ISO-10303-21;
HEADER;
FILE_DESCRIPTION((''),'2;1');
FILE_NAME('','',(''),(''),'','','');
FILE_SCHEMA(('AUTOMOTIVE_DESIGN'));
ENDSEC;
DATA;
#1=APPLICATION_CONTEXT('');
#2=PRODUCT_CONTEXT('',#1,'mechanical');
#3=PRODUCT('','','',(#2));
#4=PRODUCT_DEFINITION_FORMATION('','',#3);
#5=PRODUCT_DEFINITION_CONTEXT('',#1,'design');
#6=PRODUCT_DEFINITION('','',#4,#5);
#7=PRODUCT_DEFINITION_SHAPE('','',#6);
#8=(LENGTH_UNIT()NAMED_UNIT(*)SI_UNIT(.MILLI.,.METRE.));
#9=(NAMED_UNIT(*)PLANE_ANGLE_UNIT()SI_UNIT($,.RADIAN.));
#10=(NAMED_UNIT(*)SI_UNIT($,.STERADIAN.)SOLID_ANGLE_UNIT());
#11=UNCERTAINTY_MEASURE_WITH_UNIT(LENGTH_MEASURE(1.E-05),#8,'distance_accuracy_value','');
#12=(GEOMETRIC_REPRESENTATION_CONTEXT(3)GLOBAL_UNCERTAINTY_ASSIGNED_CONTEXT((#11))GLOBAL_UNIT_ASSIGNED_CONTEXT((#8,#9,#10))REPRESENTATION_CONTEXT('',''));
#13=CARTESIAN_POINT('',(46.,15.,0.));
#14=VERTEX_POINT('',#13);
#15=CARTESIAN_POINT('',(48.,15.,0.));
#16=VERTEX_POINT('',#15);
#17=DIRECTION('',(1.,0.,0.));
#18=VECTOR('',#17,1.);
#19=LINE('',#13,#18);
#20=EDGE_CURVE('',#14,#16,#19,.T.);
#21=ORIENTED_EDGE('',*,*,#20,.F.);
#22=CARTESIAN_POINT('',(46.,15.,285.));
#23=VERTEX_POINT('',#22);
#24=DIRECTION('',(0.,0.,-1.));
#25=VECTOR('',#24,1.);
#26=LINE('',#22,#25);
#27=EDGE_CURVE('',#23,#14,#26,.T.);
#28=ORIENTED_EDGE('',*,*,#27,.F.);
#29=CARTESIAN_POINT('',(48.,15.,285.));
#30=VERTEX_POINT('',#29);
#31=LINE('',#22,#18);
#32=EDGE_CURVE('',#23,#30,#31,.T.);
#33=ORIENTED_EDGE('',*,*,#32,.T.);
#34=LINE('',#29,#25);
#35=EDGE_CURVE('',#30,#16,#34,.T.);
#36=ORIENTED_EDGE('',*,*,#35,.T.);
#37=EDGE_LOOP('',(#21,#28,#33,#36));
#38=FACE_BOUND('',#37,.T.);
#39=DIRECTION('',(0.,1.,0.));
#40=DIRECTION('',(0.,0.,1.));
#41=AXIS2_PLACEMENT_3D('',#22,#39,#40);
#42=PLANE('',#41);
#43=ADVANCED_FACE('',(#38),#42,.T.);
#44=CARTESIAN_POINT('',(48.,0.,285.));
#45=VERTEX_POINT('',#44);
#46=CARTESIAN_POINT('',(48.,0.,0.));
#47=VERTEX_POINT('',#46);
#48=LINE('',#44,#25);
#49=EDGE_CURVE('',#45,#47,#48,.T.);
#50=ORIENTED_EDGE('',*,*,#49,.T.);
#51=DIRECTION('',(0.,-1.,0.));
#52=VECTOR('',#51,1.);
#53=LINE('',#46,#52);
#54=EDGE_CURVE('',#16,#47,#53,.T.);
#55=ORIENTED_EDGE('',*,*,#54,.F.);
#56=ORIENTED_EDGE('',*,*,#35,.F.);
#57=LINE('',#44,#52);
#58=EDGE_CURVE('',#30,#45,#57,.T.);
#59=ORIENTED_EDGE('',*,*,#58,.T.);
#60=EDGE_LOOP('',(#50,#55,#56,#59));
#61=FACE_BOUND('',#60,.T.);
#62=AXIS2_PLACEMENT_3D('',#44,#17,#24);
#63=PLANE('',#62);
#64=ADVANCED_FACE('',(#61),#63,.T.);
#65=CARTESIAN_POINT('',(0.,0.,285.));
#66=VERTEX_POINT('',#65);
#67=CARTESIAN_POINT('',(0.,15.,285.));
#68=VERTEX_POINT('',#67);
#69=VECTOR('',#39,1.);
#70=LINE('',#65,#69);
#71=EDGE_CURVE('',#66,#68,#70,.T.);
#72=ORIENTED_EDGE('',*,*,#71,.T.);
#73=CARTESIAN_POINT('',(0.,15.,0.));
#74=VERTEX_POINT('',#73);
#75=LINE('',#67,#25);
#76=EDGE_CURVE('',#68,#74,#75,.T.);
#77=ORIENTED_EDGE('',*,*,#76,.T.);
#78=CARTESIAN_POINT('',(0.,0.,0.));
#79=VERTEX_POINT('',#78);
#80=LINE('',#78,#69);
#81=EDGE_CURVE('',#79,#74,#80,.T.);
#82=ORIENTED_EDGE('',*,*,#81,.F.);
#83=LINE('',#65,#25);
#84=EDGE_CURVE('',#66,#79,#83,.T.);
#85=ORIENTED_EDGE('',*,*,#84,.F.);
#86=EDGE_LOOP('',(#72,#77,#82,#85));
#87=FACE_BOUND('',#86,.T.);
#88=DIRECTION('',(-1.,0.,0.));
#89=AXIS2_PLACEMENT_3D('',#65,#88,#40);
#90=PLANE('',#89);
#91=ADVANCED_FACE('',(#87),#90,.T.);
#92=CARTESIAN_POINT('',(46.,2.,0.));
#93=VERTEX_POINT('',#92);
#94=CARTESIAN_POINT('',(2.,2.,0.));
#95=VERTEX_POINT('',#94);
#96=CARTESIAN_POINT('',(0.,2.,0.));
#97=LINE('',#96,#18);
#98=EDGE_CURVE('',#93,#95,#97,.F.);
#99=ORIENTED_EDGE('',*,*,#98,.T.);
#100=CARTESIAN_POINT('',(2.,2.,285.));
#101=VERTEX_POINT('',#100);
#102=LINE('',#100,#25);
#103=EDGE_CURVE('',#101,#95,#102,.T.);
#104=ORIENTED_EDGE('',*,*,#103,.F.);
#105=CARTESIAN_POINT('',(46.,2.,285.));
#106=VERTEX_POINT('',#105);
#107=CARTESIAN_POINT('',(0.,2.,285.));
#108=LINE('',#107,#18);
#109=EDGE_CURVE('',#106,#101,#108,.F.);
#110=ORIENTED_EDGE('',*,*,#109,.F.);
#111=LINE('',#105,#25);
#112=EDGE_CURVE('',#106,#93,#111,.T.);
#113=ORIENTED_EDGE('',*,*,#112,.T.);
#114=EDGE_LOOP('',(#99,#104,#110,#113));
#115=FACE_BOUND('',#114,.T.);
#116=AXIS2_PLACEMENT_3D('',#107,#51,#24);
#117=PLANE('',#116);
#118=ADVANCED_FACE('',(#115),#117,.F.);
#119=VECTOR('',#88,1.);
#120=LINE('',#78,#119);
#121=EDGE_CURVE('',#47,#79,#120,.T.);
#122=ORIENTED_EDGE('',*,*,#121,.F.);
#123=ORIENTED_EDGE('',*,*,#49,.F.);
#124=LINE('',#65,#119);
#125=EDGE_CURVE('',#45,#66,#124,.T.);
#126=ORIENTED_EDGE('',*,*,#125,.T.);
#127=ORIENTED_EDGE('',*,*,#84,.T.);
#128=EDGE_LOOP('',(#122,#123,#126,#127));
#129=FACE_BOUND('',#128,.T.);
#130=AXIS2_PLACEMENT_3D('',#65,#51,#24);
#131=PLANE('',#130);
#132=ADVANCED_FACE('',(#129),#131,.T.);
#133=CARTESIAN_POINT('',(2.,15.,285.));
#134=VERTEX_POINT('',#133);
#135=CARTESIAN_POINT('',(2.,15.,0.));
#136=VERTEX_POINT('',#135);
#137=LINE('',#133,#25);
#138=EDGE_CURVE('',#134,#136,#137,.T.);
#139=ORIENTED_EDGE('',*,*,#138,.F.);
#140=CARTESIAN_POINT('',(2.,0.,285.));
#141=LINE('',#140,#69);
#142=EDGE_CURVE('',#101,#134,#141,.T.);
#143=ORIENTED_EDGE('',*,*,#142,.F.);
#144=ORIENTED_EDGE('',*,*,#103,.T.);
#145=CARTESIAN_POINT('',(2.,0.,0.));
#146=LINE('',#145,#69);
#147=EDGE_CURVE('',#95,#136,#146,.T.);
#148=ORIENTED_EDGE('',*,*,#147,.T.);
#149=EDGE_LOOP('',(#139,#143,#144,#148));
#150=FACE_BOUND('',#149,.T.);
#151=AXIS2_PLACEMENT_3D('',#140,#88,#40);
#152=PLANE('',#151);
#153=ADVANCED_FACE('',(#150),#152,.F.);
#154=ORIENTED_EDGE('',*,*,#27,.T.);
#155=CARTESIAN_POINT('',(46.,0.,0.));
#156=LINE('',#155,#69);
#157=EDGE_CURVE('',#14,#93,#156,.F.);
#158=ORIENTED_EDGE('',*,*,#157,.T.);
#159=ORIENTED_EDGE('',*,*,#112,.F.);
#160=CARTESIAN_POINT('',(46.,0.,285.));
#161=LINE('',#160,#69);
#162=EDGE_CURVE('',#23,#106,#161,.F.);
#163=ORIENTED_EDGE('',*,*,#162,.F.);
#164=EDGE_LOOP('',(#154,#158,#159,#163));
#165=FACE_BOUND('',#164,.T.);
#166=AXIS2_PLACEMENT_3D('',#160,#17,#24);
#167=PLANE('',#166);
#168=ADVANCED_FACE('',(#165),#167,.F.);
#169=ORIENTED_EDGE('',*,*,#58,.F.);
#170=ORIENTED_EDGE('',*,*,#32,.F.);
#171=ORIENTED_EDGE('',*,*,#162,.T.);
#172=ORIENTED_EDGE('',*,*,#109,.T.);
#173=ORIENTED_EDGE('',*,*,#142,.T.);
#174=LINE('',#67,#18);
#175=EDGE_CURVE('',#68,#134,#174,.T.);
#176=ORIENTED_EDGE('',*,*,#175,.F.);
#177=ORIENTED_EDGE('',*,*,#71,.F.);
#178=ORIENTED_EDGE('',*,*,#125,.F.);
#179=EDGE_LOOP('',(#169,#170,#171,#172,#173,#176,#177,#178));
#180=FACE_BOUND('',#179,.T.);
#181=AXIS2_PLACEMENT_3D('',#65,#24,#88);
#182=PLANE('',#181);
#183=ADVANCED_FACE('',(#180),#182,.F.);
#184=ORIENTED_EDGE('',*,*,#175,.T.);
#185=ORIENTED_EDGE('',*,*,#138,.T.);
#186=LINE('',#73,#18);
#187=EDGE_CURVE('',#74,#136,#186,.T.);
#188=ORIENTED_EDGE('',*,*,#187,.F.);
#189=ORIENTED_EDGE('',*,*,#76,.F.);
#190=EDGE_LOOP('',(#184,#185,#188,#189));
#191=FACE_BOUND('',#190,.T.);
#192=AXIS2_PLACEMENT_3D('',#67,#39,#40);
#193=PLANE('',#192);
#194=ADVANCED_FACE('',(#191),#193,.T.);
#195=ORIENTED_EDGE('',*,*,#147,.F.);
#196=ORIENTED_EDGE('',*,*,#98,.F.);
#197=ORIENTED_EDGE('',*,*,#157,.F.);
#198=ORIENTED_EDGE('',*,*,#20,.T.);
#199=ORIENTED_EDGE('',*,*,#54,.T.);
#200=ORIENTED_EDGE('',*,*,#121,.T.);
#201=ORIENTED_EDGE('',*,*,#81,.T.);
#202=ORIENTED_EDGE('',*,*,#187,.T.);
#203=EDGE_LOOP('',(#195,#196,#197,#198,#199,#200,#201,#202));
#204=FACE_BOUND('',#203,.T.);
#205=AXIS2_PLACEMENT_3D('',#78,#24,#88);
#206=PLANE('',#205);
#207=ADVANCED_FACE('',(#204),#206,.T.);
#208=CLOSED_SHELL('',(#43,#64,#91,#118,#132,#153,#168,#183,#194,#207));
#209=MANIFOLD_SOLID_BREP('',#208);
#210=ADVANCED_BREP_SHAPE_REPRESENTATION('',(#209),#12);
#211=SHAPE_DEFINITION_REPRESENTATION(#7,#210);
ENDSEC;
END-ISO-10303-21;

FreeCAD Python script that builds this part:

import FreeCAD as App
import Part
import Sketcher
from FreeCAD import Vector
Q = App.Units.Quantity

doc = App.newDocument("Part")
body = doc.addObject("PartDesign::Body", "Body")

# Sketch on XY plane
sketch1 = body.newObject("Sketcher::SketchObject", "Sketch")
sketch1.AttachmentSupport = (doc.getObject("XY_Plane"), [""])
sketch1.MapMode = "FlatFace"
sketch1.addGeometry([
    Part.LineSegment(Vector(0, 15, 0), Vector(0, 0, 0)),  # 0
    Part.LineSegment(Vector(0, 0, 0), Vector(48, 0, 0)),  # 1
    Part.LineSegment(Vector(48, 0, 0), Vector(48, 15, 0)),  # 2
    Part.LineSegment(Vector(48, 15, 0), Vector(46, 15, 0)),  # 3
    Part.LineSegment(Vector(46, 15, 0), Vector(46, 2, 0)),  # 4
    Part.LineSegment(Vector(46, 2, 0), Vector(2, 2, 0)),  # 5
    Part.LineSegment(Vector(2, 2, 0), Vector(2, 15, 0)),  # 6
    Part.LineSegment(Vector(2, 15, 0), Vector(0, 15, 0)),  # 7
], False)
sketch1.addConstraint([
    Sketcher.Constraint("Coincident", 0, 2, 1, 1),
    Sketcher.Constraint("Coincident", 1, 2, 2, 1),
    Sketcher.Constraint("Coincident", 2, 2, 3, 1),
    Sketcher.Constraint("Coincident", 3, 2, 4, 1),
    Sketcher.Constraint("Coincident", 4, 2, 5, 1),
    Sketcher.Constraint("Coincident", 5, 2, 6, 1),
    Sketcher.Constraint("Coincident", 6, 2, 7, 1),
    Sketcher.Constraint("Coincident", 7, 2, 0, 1),
    Sketcher.Constraint("Vertical", 0),
    Sketcher.Constraint("Horizontal", 1),
    Sketcher.Constraint("Vertical", 2),
    Sketcher.Constraint("Horizontal", 3),
    Sketcher.Constraint("Vertical", 4),
    Sketcher.Constraint("Horizontal", 5),
    Sketcher.Constraint("Vertical", 6),
    Sketcher.Constraint("Horizontal", 7),
    Sketcher.Constraint("Coincident", 0, 2, -1, 1),
    Sketcher.Constraint("Horizontal", 3, 2, 6, 2),
    Sketcher.Constraint("Equal", 3, 7),
    Sketcher.Constraint("DistanceX", 1, 1, 1, 2, Q("48 mm")),
    Sketcher.Constraint("DistanceX", 3, 2, 3, 1, Q("2 mm")),
    Sketcher.Constraint("DistanceY", 0, 2, 0, 1, Q("15 mm")),
    Sketcher.Constraint("DistanceY", 4, 2, 4, 1, Q("13 mm")),
])
pad1 = body.newObject("PartDesign::Pad", "Pad")
pad1.Profile = sketch1
pad1.Length = 285

doc.recompute()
____________________
*Your task*
Look above for the line holding "#168=ADVANCED_FACE('',(#165),#167,.F.);", then set down exactly that line and every line after it up to and including the line holding "#179=EDGE_LOOP('',(#169,#170,#171,#172,#173,#176,#177,#178));", with nothing else.

*The answer*
#168=ADVANCED_FACE('',(#165),#167,.F.);
#169=ORIENTED_EDGE('',*,*,#58,.F.);
#170=ORIENTED_EDGE('',*,*,#32,.F.);
#171=ORIENTED_EDGE('',*,*,#162,.T.);
#172=ORIENTED_EDGE('',*,*,#109,.T.);
#173=ORIENTED_EDGE('',*,*,#142,.T.);
#174=LINE('',#67,#18);
#175=EDGE_CURVE('',#68,#134,#174,.T.);
#176=ORIENTED_EDGE('',*,*,#175,.F.);
#177=ORIENTED_EDGE('',*,*,#71,.F.);
#178=ORIENTED_EDGE('',*,*,#125,.F.);
#179=EDGE_LOOP('',(#169,#170,#171,#172,#173,#176,#177,#178));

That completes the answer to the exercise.